Incidentally, the far more common usage is _older sisters_.


----------



## eba

Hello,

I'm sorry I didn't reply before but I haven't been able to get into internet in the last few days.

I got the sentence from an exercise in an Oxford Grammar book, in the key appeared as a defining clause with no possibility to omit the pronoun, and that/who/whom being all correct.

Even though English is not my mother tongue, I agree with Matthews028, the sentence sounds bad leaving out the pronoun, but because I'm not native nor grammarian, I have no idea why. As I was doing a grammar exercise, I tried to stick to the rules and grammatically it should be possible, that's why I'm so puzzled...

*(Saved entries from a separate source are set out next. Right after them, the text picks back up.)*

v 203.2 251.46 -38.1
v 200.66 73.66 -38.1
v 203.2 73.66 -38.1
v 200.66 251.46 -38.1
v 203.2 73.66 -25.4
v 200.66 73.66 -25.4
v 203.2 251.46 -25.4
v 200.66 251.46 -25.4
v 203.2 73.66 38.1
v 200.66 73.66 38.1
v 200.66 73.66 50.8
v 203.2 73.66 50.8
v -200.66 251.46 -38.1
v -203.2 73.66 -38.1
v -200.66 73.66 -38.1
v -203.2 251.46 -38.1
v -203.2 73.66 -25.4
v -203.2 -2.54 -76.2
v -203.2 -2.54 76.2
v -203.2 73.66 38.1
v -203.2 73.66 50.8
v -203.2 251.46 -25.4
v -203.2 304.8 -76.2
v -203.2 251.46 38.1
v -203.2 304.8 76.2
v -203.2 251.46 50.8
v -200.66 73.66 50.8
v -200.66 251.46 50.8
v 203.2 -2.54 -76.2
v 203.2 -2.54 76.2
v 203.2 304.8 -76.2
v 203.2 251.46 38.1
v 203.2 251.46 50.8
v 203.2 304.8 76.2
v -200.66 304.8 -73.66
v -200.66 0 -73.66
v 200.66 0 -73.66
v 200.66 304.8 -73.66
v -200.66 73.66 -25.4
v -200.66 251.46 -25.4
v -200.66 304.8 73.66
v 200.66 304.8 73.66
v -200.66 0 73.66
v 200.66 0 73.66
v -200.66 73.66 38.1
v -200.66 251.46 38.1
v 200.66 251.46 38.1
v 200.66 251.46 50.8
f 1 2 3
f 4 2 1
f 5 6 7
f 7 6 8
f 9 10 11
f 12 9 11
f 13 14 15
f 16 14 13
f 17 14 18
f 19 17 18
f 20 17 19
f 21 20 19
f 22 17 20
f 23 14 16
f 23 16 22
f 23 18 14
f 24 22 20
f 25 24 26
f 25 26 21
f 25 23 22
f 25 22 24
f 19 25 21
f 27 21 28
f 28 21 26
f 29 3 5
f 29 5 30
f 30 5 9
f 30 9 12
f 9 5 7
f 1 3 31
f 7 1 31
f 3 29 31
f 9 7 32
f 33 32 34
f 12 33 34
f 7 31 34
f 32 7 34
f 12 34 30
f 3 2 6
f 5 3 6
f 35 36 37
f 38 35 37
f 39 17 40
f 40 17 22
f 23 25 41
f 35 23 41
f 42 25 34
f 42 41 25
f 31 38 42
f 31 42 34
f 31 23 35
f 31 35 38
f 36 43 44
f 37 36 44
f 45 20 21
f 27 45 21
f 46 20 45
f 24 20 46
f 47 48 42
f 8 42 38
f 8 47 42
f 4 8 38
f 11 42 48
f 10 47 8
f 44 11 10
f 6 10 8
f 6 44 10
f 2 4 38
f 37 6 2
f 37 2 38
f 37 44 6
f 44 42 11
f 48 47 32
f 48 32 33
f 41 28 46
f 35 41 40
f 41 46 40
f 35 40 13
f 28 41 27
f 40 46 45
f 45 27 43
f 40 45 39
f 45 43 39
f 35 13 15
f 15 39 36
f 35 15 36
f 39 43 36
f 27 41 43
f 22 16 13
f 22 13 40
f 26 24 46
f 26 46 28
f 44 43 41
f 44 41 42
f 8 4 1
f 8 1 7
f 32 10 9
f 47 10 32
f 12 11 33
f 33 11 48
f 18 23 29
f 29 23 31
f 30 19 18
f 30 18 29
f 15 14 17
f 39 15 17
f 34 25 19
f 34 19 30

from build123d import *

# Parameters (mm, degrees)
SKETCH1_W               = 406.4
SKETCH1_H               = 152.4
SKETCH1_W_2             = 401.32
SKETCH1_H_2             = 147.32
BOSS_EXTRUDE1_DEPTH     = 304.8
SKETCH2_W               = 406.4
SKETCH2_H               = 152.4
BOSS_EXTRUDE2_DEPTH     = 2.54
SKETCH3_W               = 12.7
SKETCH3_H               = 177.8
CUT_EXTRUDE1_DEPTH      = 1
CUT_EXTRUDE1_DEPTH_BACK = 407.4


with BuildPart() as part:
    # Sketch1 → Boss-Extrude1 (new body)
    with BuildSketch(Plane(origin=(0, 0, 0), x_dir=(1, 0, 0), z_dir=(0, 1, 0))):
        Rectangle(SKETCH1_W, SKETCH1_H)
        Rectangle(SKETCH1_W_2, SKETCH1_H_2, mode=Mode.SUBTRACT)
    extrude(amount=BOSS_EXTRUDE1_DEPTH)

    # Sketch2 → Boss-Extrude2 (add)
    with BuildSketch(Plane.XZ):
        Rectangle(SKETCH2_W, SKETCH2_H)
    extrude(amount=BOSS_EXTRUDE2_DEPTH)

    # Sketch3 → Cut-Extrude1 (cut, two sides)
    with BuildSketch(Plane.ZY.offset(203.2)) as cut_extrude1_sk:
        with Locations((44.45, 162.56)):
            Rectangle(SKETCH3_W, SKETCH3_H)
        with Locations((-31.75, 162.56)):
            Rectangle(SKETCH3_W, SKETCH3_H)
    extrude(amount=CUT_EXTRUDE1_DEPTH, mode=Mode.SUBTRACT)
    extrude(cut_extrude1_sk.sketch, amount=-CUT_EXTRUDE1_DEPTH_BACK, mode=Mode.SUBTRACT)


solid = part.part
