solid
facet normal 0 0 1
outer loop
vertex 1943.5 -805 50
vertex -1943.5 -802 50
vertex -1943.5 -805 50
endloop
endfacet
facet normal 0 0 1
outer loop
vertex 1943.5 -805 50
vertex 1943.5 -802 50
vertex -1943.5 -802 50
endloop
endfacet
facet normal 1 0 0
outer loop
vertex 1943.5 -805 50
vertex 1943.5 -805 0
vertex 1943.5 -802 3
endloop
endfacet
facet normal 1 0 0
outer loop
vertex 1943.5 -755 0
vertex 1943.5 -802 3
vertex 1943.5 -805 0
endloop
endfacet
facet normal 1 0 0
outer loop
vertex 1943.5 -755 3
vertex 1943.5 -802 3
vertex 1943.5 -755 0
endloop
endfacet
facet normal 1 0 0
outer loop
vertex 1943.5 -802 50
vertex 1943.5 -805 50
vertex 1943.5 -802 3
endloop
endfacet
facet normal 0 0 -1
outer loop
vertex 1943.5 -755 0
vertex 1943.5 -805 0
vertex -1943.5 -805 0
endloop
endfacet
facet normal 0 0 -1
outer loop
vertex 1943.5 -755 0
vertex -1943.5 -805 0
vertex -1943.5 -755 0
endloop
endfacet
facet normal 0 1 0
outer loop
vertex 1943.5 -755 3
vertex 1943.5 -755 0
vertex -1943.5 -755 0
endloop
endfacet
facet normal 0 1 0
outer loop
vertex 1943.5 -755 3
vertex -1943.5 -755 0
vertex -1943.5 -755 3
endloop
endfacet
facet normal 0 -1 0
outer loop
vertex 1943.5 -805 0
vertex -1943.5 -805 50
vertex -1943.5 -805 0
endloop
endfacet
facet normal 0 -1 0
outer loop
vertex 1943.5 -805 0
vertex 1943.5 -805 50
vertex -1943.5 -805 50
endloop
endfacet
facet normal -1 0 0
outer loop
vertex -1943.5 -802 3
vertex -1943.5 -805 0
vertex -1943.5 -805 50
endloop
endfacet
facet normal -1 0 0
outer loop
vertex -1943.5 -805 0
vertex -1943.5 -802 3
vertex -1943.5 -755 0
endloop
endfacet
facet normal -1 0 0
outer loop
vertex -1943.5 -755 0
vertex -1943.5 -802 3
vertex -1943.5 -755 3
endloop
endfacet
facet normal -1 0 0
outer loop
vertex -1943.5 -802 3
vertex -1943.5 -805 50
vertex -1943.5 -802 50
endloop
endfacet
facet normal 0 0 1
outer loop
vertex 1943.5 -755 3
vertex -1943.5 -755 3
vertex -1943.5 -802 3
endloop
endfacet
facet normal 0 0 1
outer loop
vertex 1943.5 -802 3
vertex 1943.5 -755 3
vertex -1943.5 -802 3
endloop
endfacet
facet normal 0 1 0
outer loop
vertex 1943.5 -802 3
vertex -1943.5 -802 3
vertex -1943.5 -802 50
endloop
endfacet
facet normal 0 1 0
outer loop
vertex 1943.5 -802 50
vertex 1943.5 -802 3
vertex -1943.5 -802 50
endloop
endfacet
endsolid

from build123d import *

# Parameters (mm, degrees)
PAD_DEPTH = 1943.5


with BuildPart() as part:
    # Sketch → Pad (new body, symmetric)
    with BuildSketch(Plane.YZ):
        Polygon((-805, 50), (-805, 0), (-755, 0), (-755, 3), (-802, 3), (-802, 50), align=None)
    extrude(amount=PAD_DEPTH, both=True)


solid = part.part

Anyway, thanks to everybody for your replies
Eba


----------



## inib

Cheers Eba. I'm just as puzzled as you. I won't deny that "whom" is definitely the best-sounding option here, and there are all the perfect reasons to use it, but as you can see, there are very varied opinions about the other variants.
My apologies to SevenDays because I never sent that private message.
And just to put another spanner in the works, I regret to disagree with Iskndarbey that "older" is better than "elder".
Looking forward to hearing from you all again.


----------



## Quiensepa

iskndarbey said:


> "I have two elder sisters I love very much", leaving out the relative pronoun, is absolutely correct and standard. If you include the pronoun, which is also absolutely correct and standard, I prefer _who_ or _whom_ over _that_. If you add a comma, you have to include the pronoun: "I have two elder sisters, who(m) I love very much."
> 
> Incidentally, the far more common usage is _older sisters_.


 
Here's another native English speaker who sees no problem with "I have two elder/older sisters I love very much". It also sounds fine with "that" or "whom". Technically, "who" is not allowed, though you hear this grammatical error all the time.

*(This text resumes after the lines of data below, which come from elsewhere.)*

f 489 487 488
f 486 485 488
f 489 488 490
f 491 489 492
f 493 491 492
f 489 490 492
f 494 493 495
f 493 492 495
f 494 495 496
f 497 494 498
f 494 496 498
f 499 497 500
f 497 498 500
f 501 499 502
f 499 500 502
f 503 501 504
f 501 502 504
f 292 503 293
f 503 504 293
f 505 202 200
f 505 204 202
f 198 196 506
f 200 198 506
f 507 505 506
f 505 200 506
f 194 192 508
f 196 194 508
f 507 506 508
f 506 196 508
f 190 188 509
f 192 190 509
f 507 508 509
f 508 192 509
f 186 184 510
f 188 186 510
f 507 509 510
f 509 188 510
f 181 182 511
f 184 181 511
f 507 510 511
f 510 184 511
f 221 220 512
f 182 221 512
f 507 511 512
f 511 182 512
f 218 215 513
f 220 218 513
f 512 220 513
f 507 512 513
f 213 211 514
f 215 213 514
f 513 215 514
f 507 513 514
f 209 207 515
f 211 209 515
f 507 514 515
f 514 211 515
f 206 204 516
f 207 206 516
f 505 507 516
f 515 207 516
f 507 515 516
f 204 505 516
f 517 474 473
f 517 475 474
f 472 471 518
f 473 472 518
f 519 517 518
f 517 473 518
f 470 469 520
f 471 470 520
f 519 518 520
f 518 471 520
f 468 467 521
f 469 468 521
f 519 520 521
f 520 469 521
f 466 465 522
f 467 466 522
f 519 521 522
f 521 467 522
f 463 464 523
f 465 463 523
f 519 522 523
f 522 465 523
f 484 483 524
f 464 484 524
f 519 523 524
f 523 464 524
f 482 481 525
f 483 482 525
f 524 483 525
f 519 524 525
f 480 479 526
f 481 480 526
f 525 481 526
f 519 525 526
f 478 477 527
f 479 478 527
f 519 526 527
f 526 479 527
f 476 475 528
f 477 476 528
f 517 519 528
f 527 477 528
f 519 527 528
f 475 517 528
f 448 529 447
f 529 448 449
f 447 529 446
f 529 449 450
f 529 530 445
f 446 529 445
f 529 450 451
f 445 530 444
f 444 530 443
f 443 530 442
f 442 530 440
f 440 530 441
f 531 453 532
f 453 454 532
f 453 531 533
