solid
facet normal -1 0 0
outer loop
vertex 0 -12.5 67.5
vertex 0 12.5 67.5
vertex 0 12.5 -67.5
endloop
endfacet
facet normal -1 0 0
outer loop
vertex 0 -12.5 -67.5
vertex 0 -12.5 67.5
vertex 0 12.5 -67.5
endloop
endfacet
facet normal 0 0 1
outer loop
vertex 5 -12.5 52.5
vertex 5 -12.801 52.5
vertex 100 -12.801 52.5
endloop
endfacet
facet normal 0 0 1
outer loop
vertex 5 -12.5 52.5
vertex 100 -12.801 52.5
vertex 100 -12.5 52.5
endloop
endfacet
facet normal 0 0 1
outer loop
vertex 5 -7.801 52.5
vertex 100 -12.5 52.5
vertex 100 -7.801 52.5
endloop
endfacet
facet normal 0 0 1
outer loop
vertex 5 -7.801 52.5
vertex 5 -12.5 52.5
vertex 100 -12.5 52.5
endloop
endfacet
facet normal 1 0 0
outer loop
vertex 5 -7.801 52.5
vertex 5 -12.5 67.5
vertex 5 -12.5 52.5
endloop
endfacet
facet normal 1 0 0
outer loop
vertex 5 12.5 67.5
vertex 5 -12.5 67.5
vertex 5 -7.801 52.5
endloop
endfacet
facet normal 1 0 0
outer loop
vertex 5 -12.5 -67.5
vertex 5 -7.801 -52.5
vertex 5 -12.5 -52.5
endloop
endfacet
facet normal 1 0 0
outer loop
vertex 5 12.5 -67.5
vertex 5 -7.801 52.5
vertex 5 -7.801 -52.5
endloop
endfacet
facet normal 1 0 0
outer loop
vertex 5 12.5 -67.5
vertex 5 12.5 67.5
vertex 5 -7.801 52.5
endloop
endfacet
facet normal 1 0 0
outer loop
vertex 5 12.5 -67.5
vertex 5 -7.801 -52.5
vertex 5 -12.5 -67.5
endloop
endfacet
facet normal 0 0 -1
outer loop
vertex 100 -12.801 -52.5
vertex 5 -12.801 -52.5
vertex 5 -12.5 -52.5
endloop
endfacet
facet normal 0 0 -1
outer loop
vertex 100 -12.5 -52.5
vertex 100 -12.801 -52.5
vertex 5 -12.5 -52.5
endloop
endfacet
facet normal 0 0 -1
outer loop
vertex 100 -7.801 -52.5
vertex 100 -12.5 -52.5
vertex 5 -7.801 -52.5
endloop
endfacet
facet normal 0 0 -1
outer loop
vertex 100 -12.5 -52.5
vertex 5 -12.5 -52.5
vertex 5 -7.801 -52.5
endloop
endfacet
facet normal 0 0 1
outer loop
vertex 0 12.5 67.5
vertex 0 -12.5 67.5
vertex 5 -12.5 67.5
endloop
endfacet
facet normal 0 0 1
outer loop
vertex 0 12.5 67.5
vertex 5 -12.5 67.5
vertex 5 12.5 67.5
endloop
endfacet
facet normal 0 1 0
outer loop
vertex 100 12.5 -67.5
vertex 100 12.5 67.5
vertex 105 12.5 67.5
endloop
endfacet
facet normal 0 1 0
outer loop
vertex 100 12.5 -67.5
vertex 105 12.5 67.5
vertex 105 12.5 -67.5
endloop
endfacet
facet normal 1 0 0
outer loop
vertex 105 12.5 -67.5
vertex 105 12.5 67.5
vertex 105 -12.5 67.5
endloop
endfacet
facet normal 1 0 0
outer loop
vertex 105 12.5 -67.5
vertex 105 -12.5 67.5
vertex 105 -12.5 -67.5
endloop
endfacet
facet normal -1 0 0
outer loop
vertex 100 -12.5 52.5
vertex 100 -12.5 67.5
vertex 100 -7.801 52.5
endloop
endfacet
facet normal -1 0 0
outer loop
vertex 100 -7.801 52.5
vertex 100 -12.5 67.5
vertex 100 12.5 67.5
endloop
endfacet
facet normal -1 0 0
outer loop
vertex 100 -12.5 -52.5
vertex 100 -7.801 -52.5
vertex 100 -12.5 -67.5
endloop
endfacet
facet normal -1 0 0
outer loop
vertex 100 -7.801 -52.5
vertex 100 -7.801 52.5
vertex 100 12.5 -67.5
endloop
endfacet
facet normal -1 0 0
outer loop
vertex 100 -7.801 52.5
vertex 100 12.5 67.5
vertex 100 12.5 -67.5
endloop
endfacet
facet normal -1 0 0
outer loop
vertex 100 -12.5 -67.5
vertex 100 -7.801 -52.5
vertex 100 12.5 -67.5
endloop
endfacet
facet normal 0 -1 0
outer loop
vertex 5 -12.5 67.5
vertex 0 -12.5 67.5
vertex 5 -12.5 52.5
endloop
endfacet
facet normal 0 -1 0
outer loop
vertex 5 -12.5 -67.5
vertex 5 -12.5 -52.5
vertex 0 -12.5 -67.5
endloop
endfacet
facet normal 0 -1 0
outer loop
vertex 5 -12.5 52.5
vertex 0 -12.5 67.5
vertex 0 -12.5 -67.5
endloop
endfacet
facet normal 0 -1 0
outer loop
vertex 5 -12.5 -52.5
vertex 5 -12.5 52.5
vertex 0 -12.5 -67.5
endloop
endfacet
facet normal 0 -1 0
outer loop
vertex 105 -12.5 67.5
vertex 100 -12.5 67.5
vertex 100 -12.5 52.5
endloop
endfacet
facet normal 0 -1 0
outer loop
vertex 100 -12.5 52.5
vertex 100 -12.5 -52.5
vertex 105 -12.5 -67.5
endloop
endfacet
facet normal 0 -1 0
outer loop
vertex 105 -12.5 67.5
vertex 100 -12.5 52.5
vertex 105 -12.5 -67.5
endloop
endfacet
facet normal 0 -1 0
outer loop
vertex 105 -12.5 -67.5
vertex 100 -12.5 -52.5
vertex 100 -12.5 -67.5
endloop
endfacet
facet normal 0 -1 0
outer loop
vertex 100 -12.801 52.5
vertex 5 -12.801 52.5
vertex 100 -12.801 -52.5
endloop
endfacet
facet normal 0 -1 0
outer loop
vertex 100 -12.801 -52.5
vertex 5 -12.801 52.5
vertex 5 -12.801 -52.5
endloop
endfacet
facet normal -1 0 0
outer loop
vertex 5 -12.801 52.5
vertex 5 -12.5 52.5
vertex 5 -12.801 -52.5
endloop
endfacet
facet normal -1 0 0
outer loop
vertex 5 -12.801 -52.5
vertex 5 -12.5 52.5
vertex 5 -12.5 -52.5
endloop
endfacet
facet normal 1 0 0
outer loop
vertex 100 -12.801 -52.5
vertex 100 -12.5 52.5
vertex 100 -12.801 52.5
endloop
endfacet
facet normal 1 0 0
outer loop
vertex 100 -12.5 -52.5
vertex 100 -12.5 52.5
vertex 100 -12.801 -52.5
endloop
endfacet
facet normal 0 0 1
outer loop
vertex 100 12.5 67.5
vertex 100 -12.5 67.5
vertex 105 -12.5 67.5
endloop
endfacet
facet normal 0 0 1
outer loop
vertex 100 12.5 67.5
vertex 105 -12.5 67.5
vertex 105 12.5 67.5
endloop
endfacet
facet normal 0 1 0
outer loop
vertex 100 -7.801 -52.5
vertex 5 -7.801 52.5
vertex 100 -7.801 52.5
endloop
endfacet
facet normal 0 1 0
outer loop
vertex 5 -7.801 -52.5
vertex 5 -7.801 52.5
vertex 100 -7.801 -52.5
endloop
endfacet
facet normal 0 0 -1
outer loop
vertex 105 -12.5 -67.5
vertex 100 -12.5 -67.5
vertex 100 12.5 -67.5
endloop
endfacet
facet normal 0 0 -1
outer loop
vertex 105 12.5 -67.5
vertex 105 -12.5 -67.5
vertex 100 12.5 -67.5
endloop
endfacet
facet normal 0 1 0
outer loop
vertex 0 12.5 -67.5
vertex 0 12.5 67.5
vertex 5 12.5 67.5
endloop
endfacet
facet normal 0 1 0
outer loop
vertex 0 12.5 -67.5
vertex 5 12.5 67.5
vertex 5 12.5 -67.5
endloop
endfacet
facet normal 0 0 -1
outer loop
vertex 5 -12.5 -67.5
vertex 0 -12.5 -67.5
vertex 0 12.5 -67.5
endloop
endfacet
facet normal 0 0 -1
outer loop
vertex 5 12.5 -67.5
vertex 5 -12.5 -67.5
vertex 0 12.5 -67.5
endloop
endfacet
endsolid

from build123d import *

# Parameters (mm, degrees)
SKETCH_1_W      = 135
SKETCH_1_H      = 25
EXTRUDE_1_DEPTH = 5
SKETCH_3_W      = 105
SKETCH_3_H      = 5
EXTRUDE_2_DEPTH = 95
SKETCH_4_W      = 135
SKETCH_4_H      = 25
EXTRUDE_3_DEPTH = 5


with BuildPart() as part:
    # 草图1 → 凸台-拉伸1 (new body)
    with BuildSketch(Plane(origin=(0, 0, 0), x_dir=(0, 0, -1), z_dir=(1, 0, 0))):
        Rectangle(SKETCH_1_W, SKETCH_1_H)
    extrude(amount=EXTRUDE_1_DEPTH)

    # 草图3 → 凸台-拉伸2 (add)
    with BuildSketch(Plane(origin=(5, 0, 0), x_dir=(0, 0, -1), z_dir=(1, 0, 0))):
        with Locations((0, -10.300870967)):
            Rectangle(SKETCH_3_W, SKETCH_3_H)
    extrude(amount=EXTRUDE_2_DEPTH)

    # 草图4 → 凸台-拉伸3 (add)
    with BuildSketch(Plane(origin=(100, 0, 0), x_dir=(0, 0, -1), z_dir=(1, 0, 0))):
        Rectangle(SKETCH_4_W, SKETCH_4_H)
    extrude(amount=EXTRUDE_3_DEPTH)


solid = part.part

I also agree that "older" is more common and natural sounding than "elder". This might be an American thing, though. To me, "elder" is too formal or literate for normal use, though it does not sound unnatural.


----------



## iskndarbey

Of course 'whom' is the most "technically correct", if you're the kind of person who cares about when to use 'whom', but 90% of people no longer make this distinction except immediately following a preposition.

"Elder" is far more used in Britain than in America, and at least in the US it has definite connotations of being elderly rather than just being the older of the sisters.


----------



## eba

Quiensepa said:


> Here's another native English speaker who sees no problem with "I have two elder/older sisters I love very much". It also sounds fine with "that" or "whom". Technically, "who" is not allowed, though you hear this grammatical error all the time.



Why is not technically allowed? Every grammar book I have says it is right (For instance, I would expect Oxford University Press not to publish grammar books teaching grammatical errors)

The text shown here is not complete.